Azenta Reports Results of Second Quarter of Fiscal 2023 and Announces Business Realignment

09 May 2023
AcquisitionFinancial StatementCell Therapy
BURLINGTON, Mass., May 9, 2023 /PRNewswire/ -- Azenta, Inc. (Nasdaq: AZTA) today reported financial results for the second quarter ended March 31, 2023.
Management Comments
"Second quarter results reflect a combination of solid progress on the Services side of the business offset by timing-related issues impacting performance in Products, most notably in B Medical.
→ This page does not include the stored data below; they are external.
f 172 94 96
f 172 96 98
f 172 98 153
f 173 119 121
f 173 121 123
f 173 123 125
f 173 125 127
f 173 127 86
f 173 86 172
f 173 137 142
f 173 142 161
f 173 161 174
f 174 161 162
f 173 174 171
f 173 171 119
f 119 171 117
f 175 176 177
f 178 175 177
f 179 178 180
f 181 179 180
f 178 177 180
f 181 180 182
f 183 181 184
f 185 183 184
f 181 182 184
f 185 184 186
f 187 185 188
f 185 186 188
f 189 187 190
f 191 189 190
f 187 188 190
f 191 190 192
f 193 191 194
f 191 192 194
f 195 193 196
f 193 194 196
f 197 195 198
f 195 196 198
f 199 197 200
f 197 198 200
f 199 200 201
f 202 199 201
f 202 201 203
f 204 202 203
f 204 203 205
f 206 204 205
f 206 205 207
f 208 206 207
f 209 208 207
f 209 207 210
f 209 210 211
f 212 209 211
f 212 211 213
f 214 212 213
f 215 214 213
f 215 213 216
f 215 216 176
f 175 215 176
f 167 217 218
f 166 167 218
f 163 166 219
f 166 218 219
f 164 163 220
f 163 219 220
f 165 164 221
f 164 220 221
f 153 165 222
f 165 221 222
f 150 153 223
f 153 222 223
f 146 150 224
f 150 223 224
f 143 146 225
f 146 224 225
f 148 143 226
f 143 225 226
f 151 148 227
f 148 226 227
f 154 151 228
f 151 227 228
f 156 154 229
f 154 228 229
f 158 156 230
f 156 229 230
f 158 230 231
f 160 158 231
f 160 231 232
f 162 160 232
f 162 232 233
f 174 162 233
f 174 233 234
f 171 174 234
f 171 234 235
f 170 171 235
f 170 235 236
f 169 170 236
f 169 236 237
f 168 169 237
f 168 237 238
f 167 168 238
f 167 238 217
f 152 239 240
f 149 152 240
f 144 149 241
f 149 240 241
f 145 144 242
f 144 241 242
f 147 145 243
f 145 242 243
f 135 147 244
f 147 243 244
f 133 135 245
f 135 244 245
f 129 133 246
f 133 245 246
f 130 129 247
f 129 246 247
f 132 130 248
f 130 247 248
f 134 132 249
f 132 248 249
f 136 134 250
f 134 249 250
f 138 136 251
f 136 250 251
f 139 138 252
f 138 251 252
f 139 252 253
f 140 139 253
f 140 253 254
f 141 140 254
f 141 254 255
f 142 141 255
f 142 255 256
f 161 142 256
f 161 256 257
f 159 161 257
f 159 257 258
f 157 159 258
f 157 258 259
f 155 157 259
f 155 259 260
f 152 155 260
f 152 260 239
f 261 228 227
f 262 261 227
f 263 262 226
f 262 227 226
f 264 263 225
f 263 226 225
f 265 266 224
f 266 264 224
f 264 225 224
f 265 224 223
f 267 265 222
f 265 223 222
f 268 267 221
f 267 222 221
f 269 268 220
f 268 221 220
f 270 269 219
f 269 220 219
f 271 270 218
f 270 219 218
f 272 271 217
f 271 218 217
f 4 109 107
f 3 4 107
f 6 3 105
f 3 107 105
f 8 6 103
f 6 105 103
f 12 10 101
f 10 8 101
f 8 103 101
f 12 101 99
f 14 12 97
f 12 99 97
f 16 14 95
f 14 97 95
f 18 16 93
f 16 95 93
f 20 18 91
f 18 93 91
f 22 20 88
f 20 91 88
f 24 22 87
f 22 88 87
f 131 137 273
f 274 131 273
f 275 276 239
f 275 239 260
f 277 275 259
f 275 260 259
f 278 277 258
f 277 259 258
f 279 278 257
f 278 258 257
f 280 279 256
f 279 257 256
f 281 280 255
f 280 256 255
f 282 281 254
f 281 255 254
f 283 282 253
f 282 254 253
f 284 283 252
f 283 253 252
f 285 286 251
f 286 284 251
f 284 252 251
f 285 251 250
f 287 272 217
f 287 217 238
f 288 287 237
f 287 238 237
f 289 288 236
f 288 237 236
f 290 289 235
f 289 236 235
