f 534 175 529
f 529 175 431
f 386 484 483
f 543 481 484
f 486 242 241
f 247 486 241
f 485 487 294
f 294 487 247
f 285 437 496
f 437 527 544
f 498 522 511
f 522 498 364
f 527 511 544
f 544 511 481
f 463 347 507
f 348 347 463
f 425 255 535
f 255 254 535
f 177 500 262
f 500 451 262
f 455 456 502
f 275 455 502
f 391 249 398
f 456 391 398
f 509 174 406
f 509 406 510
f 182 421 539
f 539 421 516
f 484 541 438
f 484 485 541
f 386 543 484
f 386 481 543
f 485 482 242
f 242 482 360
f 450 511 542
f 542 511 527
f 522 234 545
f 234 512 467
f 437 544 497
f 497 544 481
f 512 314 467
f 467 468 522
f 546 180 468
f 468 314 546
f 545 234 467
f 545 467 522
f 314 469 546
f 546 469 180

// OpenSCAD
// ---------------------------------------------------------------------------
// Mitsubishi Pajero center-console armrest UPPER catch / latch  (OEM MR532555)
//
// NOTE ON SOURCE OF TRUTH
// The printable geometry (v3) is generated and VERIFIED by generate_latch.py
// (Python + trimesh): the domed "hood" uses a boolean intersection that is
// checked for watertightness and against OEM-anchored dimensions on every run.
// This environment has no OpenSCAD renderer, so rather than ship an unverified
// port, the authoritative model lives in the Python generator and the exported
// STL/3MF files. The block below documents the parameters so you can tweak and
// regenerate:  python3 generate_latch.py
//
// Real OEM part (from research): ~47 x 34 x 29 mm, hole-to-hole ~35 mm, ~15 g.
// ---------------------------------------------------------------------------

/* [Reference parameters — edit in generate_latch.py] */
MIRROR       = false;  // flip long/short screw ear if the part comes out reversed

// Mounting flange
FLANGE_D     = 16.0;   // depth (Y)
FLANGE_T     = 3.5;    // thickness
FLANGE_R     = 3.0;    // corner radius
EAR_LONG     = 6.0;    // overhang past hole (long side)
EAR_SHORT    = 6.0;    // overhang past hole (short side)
We are particularly encouraged by the results of the Genomics Services business, which included a sequential, broad based recovery in gene synthesis," stated Steve Schwartz, President and CEO. "B Medical continues to navigate variable timing in the final receipt of orders, however, we remain confident in the growth prospects of this business based on the notable projects on track to be completed."
"Today we also announced a business realignment, which we believe will best position the Company to meet the needs of our customers, and in turn, accelerate growth of the business. In conjunction with the realignment, we are in the process of streamlining our manufacturing operations around key centers of excellence. We expect to realize $15 million in annual cost reduction in addition to the previously announced cost saving initiative."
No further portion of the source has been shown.